**WHAT YOU NEED TO DO**. Below are entries. Reproduce exactly the lines between the line holding "f 114 30 28" and the line holding "f 64 101 104", inclusive, and only those.

= Beginning of Section =

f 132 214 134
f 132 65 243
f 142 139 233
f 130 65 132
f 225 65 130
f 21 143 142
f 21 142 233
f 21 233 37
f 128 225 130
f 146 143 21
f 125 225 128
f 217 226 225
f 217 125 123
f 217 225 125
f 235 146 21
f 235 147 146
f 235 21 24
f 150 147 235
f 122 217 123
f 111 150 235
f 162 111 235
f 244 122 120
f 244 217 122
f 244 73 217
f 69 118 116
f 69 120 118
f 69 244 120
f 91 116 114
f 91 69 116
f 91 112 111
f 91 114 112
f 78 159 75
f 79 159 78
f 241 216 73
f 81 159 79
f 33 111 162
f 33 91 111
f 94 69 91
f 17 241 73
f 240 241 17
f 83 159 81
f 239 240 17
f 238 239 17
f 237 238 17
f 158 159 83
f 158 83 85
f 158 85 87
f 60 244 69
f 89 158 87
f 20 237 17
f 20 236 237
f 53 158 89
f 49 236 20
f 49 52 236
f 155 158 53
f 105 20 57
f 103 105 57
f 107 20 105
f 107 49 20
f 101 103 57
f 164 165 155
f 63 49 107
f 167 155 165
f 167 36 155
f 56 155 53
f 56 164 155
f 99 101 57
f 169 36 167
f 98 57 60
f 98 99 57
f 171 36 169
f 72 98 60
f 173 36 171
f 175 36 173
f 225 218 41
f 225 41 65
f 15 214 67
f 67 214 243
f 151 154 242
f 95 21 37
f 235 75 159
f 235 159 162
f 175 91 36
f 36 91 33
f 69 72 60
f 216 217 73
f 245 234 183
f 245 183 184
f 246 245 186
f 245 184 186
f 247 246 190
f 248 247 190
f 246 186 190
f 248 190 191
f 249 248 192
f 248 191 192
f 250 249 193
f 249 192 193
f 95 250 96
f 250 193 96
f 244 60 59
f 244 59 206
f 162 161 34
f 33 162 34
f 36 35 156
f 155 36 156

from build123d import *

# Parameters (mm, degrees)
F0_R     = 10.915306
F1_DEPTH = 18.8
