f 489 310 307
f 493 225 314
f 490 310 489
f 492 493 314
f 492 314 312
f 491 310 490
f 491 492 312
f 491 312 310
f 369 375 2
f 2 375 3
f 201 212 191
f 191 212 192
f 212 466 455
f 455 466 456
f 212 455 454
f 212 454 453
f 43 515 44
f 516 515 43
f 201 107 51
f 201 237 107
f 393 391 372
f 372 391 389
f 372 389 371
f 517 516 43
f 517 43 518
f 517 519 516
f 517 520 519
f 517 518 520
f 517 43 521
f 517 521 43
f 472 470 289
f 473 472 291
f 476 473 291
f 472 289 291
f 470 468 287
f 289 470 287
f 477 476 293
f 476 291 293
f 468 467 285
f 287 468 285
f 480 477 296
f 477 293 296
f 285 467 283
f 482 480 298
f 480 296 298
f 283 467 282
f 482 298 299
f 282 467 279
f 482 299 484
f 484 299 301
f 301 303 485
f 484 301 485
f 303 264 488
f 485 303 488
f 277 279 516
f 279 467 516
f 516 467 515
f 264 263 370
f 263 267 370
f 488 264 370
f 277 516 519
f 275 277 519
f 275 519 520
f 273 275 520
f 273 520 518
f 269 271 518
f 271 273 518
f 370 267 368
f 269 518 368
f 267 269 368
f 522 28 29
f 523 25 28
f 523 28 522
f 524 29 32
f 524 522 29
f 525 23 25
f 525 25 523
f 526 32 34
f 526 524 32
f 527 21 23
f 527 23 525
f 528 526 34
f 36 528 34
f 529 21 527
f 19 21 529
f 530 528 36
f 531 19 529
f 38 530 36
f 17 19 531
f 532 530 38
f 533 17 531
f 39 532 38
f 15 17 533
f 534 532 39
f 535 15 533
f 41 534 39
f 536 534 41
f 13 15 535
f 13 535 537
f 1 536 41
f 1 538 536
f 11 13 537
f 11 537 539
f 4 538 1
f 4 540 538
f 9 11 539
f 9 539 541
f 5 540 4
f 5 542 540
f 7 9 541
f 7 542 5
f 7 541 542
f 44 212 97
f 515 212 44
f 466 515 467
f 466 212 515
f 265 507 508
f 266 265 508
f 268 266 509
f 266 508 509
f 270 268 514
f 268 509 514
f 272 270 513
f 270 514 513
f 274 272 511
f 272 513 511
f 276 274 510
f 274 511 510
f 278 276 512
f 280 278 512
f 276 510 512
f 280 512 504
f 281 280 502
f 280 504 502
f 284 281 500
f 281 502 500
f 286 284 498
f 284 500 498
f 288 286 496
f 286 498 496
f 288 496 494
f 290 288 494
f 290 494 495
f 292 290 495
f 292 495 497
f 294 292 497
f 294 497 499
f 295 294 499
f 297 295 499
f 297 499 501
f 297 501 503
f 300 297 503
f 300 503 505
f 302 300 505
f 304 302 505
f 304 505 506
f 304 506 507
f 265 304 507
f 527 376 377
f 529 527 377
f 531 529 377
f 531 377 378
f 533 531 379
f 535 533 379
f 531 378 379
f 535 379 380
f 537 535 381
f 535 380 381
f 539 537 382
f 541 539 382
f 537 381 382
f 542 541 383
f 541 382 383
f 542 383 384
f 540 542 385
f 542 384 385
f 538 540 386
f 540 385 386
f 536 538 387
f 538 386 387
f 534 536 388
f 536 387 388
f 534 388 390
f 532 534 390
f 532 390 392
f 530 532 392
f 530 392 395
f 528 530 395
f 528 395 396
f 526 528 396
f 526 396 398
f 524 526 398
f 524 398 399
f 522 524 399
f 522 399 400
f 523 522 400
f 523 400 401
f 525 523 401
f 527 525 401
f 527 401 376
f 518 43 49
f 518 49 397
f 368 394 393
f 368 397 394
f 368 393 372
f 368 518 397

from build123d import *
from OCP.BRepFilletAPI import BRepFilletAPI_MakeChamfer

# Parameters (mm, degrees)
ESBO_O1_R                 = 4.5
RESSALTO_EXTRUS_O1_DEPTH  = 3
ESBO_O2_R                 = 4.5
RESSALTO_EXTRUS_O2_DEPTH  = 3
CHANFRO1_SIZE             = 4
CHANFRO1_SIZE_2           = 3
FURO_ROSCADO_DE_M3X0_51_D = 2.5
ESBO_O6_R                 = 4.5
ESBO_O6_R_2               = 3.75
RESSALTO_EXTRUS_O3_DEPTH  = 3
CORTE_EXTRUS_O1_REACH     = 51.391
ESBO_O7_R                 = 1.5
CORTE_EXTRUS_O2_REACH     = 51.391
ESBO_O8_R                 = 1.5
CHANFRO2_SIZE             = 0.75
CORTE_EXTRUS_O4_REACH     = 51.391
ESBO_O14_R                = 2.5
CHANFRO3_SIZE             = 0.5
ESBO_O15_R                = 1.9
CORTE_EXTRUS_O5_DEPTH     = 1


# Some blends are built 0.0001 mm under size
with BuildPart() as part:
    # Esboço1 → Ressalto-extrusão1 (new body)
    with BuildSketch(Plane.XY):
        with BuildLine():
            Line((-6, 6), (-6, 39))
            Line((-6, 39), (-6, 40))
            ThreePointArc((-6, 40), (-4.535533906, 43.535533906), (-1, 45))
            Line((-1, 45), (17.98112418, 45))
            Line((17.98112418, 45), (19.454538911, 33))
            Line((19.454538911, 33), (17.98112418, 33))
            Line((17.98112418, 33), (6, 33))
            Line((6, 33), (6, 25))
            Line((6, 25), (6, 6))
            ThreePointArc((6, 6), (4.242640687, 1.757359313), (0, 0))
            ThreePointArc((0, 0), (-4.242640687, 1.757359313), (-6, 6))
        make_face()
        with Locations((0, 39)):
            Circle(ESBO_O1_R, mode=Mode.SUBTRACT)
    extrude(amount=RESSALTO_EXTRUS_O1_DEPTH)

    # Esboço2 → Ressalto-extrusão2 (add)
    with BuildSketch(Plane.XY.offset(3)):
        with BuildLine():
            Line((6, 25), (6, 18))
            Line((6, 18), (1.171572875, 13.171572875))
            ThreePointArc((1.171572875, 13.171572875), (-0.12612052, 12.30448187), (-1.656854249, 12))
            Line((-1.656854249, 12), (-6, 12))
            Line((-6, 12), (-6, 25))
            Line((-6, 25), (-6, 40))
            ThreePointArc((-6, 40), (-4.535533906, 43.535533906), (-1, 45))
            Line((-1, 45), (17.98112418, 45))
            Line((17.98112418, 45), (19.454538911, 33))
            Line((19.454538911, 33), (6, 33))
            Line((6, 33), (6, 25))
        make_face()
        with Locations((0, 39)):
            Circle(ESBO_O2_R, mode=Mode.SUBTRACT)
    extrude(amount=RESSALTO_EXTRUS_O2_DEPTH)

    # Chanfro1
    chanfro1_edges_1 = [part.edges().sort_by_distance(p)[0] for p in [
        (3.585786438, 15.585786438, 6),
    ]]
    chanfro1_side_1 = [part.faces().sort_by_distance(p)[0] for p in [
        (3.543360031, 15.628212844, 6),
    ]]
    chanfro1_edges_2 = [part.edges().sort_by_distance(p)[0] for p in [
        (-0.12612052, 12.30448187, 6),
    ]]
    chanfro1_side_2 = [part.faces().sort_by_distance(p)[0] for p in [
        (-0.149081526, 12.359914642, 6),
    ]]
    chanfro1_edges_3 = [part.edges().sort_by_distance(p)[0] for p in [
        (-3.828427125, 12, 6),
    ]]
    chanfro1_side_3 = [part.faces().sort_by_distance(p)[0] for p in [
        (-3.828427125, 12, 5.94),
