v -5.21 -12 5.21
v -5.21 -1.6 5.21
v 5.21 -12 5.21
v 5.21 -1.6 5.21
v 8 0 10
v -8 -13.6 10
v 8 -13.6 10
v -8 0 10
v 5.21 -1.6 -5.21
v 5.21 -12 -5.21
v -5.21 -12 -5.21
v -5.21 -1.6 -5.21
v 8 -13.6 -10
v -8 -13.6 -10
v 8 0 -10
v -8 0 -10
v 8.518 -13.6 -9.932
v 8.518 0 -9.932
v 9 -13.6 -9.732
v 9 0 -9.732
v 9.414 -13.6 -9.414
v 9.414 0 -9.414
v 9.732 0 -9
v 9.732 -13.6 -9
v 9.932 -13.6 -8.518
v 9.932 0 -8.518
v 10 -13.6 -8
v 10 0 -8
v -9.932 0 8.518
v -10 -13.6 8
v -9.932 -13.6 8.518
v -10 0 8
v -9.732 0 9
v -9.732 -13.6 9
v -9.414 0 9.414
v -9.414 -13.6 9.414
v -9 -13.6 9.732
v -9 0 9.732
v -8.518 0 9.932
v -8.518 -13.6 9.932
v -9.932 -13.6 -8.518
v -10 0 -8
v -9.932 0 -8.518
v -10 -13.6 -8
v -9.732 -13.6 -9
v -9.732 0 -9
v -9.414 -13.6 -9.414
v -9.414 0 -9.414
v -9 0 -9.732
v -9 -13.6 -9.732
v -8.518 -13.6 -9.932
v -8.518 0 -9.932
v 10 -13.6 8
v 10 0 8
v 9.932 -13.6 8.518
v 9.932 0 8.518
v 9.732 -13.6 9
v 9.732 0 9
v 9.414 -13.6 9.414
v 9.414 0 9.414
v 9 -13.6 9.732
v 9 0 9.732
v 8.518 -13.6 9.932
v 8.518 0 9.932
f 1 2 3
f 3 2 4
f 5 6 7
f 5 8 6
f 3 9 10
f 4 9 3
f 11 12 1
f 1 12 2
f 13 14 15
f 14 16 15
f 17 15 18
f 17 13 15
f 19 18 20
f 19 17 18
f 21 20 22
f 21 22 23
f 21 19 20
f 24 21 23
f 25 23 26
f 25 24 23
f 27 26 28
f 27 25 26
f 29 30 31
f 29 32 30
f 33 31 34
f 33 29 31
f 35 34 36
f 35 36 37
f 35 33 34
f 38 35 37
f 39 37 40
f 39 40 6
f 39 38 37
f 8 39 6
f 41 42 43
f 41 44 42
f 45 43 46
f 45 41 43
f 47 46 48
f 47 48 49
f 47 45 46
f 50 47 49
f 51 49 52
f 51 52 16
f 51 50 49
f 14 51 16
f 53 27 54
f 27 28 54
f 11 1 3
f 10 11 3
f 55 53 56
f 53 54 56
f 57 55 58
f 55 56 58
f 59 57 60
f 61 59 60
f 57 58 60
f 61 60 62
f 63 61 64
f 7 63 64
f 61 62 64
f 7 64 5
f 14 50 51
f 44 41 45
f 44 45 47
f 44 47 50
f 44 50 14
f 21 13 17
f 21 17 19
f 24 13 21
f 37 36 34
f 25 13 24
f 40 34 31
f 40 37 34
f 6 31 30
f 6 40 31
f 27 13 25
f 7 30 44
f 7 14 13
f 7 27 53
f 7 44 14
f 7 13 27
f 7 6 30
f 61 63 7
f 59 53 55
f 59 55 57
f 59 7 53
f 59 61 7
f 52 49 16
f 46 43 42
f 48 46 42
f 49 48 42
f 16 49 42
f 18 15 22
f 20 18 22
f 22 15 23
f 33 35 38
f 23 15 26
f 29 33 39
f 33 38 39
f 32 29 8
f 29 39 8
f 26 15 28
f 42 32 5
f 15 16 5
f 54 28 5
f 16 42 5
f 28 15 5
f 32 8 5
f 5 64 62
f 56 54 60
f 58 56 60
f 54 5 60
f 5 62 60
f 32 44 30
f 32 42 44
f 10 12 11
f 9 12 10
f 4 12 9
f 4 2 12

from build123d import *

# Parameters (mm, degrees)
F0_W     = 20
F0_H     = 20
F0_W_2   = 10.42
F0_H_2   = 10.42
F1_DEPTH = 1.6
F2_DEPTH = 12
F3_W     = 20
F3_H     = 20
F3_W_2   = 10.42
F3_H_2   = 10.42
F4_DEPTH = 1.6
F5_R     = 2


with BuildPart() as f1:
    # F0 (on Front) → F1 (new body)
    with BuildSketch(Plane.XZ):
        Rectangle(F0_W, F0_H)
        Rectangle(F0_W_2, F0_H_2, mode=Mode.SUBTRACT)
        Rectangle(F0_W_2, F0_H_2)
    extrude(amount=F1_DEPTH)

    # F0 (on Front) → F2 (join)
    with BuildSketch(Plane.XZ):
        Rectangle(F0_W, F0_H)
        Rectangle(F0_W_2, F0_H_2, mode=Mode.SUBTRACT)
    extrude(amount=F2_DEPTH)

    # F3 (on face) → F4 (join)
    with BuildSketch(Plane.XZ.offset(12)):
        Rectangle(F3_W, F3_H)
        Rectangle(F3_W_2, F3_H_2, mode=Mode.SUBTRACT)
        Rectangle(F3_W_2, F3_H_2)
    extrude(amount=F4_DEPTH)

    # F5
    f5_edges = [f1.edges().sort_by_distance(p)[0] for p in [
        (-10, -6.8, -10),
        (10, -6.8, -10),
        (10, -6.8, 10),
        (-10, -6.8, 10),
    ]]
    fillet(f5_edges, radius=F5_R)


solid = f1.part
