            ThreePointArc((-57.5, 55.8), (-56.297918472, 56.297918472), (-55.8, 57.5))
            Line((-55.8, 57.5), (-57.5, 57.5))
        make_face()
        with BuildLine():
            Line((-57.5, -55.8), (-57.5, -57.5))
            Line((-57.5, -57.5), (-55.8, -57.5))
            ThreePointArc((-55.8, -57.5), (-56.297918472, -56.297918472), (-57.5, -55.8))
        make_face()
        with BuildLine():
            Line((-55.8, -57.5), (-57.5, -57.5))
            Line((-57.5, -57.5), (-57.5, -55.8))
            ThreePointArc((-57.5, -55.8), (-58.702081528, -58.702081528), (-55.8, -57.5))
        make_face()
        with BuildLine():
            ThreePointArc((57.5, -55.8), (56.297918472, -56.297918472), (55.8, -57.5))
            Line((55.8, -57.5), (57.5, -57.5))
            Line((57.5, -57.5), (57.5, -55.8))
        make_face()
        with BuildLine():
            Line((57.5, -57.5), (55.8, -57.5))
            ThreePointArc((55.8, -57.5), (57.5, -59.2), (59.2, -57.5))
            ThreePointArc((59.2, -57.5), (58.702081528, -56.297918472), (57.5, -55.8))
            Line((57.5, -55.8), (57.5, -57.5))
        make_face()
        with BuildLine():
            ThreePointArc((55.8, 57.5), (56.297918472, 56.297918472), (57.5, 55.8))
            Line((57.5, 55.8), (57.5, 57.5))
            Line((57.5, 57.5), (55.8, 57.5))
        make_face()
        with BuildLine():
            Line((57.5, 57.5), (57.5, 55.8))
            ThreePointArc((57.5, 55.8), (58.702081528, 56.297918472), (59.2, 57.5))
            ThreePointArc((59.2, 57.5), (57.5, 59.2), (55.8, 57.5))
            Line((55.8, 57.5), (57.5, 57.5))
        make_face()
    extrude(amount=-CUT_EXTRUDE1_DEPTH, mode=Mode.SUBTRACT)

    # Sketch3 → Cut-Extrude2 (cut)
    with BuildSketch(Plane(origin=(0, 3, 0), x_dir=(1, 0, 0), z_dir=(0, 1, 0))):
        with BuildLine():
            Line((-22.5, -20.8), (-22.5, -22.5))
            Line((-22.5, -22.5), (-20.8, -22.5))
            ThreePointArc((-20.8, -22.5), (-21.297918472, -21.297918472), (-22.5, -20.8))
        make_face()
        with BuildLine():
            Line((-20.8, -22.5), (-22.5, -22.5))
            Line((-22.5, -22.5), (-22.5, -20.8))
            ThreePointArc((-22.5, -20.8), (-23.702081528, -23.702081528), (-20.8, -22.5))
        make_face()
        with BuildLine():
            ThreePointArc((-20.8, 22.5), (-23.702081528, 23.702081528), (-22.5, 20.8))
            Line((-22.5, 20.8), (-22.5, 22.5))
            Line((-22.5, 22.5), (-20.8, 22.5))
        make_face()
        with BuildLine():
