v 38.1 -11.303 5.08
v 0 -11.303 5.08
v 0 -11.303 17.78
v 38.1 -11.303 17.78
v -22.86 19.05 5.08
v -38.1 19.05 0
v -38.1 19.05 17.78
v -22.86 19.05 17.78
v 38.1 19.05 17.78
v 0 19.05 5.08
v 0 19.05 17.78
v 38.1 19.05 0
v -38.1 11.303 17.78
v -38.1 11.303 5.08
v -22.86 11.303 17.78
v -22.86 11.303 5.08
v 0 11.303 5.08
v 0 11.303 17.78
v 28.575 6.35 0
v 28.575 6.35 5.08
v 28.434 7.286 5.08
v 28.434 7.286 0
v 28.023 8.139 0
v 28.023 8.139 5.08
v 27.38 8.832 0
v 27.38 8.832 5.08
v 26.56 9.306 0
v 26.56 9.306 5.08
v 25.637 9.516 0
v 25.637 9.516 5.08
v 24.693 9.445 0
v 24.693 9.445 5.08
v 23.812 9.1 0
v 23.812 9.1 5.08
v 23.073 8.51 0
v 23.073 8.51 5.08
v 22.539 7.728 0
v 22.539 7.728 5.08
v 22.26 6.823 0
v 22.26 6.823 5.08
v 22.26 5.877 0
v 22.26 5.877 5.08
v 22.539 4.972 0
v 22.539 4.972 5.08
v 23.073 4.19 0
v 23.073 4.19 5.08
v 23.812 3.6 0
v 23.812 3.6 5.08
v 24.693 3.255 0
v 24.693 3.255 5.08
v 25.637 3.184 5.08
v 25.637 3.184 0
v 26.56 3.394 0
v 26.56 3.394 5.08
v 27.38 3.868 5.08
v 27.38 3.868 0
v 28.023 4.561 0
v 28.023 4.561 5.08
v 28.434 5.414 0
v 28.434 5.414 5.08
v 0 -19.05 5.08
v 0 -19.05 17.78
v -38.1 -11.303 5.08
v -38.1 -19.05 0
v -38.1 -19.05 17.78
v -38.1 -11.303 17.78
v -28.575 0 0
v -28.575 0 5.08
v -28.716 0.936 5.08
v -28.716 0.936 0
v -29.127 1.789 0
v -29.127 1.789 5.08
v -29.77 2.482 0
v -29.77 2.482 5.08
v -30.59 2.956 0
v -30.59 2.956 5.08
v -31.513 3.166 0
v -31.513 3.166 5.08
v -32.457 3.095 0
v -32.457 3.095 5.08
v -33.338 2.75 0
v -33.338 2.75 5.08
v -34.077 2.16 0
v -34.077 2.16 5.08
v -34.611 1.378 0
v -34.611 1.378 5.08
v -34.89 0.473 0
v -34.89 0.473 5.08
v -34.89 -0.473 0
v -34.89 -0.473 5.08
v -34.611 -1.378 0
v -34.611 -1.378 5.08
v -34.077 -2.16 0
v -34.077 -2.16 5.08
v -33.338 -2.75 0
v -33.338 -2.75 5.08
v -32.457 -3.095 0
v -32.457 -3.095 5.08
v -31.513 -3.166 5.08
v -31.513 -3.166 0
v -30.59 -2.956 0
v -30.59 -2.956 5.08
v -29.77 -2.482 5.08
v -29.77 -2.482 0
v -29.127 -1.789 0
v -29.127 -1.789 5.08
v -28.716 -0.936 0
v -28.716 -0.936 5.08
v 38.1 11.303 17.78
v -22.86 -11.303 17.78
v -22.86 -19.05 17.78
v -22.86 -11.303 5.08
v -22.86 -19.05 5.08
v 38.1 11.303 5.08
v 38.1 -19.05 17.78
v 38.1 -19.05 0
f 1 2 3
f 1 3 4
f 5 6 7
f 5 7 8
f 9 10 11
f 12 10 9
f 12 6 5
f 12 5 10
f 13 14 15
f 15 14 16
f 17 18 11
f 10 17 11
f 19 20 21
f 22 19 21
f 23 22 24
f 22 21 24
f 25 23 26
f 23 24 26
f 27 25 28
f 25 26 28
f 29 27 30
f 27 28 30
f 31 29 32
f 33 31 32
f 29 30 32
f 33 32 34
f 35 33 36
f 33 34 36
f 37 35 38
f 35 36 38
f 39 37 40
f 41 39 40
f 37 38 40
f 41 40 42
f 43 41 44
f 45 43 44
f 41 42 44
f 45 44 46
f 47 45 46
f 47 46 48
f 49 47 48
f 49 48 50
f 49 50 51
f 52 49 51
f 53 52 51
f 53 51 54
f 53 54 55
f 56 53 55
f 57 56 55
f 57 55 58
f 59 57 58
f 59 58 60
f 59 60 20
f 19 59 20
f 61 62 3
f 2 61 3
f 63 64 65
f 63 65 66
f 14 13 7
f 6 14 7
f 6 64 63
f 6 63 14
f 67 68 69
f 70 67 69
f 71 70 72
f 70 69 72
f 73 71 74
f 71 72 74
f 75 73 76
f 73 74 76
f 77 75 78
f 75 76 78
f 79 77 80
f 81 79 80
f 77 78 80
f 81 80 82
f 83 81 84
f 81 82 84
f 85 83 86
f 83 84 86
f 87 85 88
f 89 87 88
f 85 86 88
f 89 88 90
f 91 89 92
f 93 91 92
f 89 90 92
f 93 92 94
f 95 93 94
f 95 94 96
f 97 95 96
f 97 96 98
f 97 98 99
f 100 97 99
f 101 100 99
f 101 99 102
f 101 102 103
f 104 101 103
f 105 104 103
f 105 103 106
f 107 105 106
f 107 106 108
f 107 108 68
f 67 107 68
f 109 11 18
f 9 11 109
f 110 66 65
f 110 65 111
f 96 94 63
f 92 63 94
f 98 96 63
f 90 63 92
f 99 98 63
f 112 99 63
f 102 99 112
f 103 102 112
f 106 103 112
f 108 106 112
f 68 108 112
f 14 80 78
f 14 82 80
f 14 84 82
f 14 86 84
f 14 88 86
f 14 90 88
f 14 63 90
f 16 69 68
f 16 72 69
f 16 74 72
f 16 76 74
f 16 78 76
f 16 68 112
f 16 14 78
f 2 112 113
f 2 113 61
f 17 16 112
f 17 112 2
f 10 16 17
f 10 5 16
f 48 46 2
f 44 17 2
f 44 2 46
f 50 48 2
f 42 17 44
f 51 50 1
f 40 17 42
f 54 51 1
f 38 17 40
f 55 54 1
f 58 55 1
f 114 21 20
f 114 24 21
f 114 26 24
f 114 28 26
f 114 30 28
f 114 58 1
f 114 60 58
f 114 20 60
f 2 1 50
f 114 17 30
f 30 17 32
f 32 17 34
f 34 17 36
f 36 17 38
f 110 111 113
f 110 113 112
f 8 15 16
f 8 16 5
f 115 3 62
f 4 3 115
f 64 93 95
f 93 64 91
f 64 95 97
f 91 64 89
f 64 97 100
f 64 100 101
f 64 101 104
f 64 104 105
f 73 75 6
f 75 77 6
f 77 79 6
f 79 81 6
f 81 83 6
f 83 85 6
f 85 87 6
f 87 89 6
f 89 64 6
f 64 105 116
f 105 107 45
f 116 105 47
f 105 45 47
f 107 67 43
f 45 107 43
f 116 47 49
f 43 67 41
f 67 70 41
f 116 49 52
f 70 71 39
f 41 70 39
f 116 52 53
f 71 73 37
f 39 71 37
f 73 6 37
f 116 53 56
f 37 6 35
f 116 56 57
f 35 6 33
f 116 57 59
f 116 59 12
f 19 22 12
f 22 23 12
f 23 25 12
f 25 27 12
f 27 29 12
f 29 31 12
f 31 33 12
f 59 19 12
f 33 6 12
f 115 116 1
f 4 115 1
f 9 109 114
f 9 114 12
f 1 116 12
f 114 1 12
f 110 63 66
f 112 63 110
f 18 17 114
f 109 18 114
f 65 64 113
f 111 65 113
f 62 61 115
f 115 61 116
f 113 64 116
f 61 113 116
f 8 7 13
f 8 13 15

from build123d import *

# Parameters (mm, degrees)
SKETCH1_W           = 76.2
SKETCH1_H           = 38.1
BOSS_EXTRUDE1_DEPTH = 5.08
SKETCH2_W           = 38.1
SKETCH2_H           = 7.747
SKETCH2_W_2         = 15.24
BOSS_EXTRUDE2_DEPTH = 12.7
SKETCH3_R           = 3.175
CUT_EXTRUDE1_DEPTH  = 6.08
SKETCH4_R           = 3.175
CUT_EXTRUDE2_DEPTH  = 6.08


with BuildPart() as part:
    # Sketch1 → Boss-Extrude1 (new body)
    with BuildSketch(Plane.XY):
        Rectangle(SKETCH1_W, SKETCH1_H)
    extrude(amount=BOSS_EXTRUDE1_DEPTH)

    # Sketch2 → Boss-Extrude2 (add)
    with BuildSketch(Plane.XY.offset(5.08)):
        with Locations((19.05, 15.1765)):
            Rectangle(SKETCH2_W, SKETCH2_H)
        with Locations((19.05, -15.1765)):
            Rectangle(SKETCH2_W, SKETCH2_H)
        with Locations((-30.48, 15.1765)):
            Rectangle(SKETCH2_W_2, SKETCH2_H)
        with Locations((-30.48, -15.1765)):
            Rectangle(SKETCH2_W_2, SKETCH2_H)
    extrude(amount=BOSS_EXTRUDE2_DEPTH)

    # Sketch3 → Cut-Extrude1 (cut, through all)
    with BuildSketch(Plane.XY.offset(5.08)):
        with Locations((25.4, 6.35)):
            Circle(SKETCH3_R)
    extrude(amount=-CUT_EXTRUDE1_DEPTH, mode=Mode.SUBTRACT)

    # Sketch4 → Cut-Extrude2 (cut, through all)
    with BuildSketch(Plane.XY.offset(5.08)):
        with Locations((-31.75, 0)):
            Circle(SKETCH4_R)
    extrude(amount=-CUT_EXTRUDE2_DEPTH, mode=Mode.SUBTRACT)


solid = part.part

= End of Section =

**PROBLEM SOLUTION**.
f 114 30 28
f 114 58 1
f 114 60 58
f 114 20 60
f 2 1 50
f 114 17 30
f 30 17 32
f 32 17 34
f 34 17 36
f 36 17 38
f 110 111 113
f 110 113 112
f 8 15 16
f 8 16 5
f 115 3 62
f 4 3 115
f 64 93 95
f 93 64 91
f 64 95 97
f 91 64 89
f 64 97 100
f 64 100 101
f 64 101 104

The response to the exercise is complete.